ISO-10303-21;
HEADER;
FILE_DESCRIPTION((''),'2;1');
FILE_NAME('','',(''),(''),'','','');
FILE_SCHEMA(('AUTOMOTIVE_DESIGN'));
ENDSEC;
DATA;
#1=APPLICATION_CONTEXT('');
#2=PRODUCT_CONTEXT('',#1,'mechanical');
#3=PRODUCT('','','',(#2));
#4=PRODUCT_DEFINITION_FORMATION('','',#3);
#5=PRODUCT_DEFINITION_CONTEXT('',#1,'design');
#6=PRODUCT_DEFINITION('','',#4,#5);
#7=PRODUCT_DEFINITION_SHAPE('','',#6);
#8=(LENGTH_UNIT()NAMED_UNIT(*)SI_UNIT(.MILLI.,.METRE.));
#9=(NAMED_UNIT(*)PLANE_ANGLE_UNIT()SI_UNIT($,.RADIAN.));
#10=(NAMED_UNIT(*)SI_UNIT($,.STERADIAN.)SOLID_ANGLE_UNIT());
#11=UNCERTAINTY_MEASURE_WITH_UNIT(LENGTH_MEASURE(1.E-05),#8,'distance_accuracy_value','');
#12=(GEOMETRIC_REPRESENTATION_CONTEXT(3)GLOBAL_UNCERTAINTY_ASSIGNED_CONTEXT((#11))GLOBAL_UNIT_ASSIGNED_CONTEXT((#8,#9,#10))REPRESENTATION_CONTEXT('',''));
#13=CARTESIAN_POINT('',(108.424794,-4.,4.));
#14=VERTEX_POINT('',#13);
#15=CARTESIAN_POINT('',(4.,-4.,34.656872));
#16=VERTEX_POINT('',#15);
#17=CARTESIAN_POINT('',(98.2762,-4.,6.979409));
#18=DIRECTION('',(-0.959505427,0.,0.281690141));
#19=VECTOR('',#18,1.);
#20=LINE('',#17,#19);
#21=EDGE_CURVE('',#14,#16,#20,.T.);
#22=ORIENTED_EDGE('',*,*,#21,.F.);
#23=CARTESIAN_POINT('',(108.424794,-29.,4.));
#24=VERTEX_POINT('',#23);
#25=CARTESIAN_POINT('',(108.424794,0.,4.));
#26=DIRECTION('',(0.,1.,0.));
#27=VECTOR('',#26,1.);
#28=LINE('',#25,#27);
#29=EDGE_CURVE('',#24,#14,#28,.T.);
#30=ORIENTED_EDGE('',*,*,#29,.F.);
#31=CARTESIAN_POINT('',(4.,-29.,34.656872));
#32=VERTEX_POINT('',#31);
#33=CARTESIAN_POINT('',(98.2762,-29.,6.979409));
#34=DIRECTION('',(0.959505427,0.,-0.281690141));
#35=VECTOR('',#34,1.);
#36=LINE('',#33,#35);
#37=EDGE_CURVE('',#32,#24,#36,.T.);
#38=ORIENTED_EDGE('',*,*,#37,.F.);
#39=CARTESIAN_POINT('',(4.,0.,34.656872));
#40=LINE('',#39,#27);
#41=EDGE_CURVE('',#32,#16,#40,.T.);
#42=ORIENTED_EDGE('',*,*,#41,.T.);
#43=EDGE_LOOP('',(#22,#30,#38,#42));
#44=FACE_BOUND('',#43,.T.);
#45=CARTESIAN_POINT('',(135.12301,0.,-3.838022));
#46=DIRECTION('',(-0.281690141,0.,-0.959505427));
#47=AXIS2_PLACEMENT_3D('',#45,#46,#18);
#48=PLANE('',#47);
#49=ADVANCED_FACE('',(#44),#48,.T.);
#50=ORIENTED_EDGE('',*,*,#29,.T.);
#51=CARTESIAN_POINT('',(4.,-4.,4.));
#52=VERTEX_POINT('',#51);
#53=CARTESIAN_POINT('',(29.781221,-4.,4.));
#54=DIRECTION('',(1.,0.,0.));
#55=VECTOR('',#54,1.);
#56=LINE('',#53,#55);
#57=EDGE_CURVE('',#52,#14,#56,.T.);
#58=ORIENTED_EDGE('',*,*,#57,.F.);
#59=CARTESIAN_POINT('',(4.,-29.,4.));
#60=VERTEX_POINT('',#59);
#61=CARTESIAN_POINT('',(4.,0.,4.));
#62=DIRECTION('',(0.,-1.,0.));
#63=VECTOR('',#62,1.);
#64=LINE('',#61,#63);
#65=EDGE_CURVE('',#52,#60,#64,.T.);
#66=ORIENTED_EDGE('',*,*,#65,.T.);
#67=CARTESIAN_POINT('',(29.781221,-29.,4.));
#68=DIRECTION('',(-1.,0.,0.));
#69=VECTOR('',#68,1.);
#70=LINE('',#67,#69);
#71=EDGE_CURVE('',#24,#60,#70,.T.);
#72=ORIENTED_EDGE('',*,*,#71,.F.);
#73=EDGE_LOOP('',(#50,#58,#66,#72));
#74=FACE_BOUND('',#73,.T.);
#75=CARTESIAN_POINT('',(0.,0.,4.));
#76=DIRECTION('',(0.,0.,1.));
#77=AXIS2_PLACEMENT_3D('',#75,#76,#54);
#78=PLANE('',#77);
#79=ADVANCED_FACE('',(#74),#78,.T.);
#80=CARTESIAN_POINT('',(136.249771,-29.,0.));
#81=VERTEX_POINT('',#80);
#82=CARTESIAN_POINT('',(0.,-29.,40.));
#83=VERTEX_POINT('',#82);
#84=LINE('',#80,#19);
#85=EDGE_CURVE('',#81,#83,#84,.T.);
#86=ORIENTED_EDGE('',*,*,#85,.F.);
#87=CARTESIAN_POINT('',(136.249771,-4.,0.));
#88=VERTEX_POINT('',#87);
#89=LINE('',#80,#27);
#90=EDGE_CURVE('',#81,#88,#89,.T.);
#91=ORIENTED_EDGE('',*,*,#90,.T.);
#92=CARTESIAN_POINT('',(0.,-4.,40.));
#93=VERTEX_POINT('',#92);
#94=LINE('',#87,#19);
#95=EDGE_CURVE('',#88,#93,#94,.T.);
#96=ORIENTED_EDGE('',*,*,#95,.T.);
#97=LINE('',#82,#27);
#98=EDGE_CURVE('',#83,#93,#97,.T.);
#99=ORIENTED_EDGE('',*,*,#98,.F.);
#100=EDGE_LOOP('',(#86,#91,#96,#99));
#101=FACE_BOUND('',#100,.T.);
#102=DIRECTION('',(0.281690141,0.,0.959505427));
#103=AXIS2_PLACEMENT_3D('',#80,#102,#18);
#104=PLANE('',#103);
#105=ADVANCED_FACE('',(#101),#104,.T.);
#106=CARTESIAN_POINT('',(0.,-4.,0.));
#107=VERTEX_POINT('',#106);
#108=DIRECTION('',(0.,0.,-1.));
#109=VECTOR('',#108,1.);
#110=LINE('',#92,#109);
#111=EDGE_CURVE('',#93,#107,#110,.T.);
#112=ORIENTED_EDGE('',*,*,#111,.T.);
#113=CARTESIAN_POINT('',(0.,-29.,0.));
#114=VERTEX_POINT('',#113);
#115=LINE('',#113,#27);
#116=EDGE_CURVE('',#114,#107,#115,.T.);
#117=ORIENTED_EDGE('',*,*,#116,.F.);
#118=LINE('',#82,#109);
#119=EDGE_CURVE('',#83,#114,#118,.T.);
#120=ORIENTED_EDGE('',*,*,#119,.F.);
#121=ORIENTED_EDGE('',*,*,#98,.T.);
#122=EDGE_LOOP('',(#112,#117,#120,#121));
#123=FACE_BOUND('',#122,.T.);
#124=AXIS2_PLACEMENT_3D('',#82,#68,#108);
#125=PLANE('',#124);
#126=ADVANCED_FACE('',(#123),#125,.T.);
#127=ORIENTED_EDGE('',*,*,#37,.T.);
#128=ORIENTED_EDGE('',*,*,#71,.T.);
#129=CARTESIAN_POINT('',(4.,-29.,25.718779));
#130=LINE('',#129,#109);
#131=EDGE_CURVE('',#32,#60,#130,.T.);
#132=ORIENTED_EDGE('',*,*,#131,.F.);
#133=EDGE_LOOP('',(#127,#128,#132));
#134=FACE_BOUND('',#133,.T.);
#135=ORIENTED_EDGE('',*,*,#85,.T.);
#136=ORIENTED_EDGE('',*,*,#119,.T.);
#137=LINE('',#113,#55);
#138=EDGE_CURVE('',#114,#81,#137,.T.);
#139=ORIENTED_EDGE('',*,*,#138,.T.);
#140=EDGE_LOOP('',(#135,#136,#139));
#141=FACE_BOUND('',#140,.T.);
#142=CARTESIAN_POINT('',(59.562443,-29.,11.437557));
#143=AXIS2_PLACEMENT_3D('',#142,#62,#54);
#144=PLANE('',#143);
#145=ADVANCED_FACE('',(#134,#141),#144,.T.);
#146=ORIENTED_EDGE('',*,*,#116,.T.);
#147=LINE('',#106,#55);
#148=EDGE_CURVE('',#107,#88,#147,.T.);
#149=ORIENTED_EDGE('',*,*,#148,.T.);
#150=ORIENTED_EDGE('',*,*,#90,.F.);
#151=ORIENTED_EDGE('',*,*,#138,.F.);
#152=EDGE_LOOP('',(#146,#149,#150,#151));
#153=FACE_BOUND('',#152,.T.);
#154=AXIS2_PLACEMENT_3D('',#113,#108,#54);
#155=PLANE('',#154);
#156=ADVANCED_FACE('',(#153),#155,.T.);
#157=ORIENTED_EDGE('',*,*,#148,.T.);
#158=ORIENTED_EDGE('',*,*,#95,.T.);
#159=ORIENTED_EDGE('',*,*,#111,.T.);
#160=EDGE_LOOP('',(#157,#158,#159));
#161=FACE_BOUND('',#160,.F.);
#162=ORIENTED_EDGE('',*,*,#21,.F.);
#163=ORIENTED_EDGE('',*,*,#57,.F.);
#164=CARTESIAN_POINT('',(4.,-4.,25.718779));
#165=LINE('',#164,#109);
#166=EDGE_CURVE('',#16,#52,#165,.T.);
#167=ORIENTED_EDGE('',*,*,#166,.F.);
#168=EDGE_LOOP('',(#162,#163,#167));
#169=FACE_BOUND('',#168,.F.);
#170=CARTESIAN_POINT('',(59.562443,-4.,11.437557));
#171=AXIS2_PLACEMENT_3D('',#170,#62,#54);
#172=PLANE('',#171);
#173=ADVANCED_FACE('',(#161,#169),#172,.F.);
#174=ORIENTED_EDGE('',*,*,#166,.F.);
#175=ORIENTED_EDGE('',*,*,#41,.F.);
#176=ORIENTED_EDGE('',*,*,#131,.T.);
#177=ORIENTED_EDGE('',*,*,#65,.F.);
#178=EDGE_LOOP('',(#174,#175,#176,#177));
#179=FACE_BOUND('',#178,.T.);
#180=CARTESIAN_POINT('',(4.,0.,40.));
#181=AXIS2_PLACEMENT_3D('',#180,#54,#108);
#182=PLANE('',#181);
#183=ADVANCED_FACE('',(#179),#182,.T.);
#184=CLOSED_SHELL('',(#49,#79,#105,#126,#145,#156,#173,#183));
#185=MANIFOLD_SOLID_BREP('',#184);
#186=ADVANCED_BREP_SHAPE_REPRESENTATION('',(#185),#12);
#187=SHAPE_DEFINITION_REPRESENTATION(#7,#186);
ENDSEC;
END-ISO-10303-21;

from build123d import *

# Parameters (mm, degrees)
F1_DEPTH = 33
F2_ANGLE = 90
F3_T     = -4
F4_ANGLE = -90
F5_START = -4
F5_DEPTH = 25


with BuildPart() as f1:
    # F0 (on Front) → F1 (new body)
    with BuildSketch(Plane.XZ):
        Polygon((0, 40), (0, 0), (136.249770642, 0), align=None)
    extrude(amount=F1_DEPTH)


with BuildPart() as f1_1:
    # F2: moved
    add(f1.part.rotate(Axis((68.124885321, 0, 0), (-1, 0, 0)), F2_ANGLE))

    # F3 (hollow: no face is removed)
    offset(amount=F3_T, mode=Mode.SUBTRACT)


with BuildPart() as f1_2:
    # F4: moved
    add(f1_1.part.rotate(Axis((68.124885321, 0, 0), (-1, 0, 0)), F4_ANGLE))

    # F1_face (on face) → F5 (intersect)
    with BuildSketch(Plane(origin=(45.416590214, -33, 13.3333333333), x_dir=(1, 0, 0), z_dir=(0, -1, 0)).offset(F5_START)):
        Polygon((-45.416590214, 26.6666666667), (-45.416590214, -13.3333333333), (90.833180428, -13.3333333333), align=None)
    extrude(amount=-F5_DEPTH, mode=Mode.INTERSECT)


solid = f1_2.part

************

§ **YOUR TASK**:
Using the records above, restate word for word the lines from the one with "#76=DIRECTION('',(0.,0.,1.));" through the one with "#85=EDGE_CURVE('',#81,#83,#84,.T.);", both included.

§ **ANSWER TO THE PROBLEM**:
#76=DIRECTION('',(0.,0.,1.));
#77=AXIS2_PLACEMENT_3D('',#75,#76,#54);
#78=PLANE('',#77);
#79=ADVANCED_FACE('',(#74),#78,.T.);
#80=CARTESIAN_POINT('',(136.249771,-29.,0.));
#81=VERTEX_POINT('',#80);
#82=CARTESIAN_POINT('',(0.,-29.,40.));
#83=VERTEX_POINT('',#82);
#84=LINE('',#80,#19);
#85=EDGE_CURVE('',#81,#83,#84,.T.);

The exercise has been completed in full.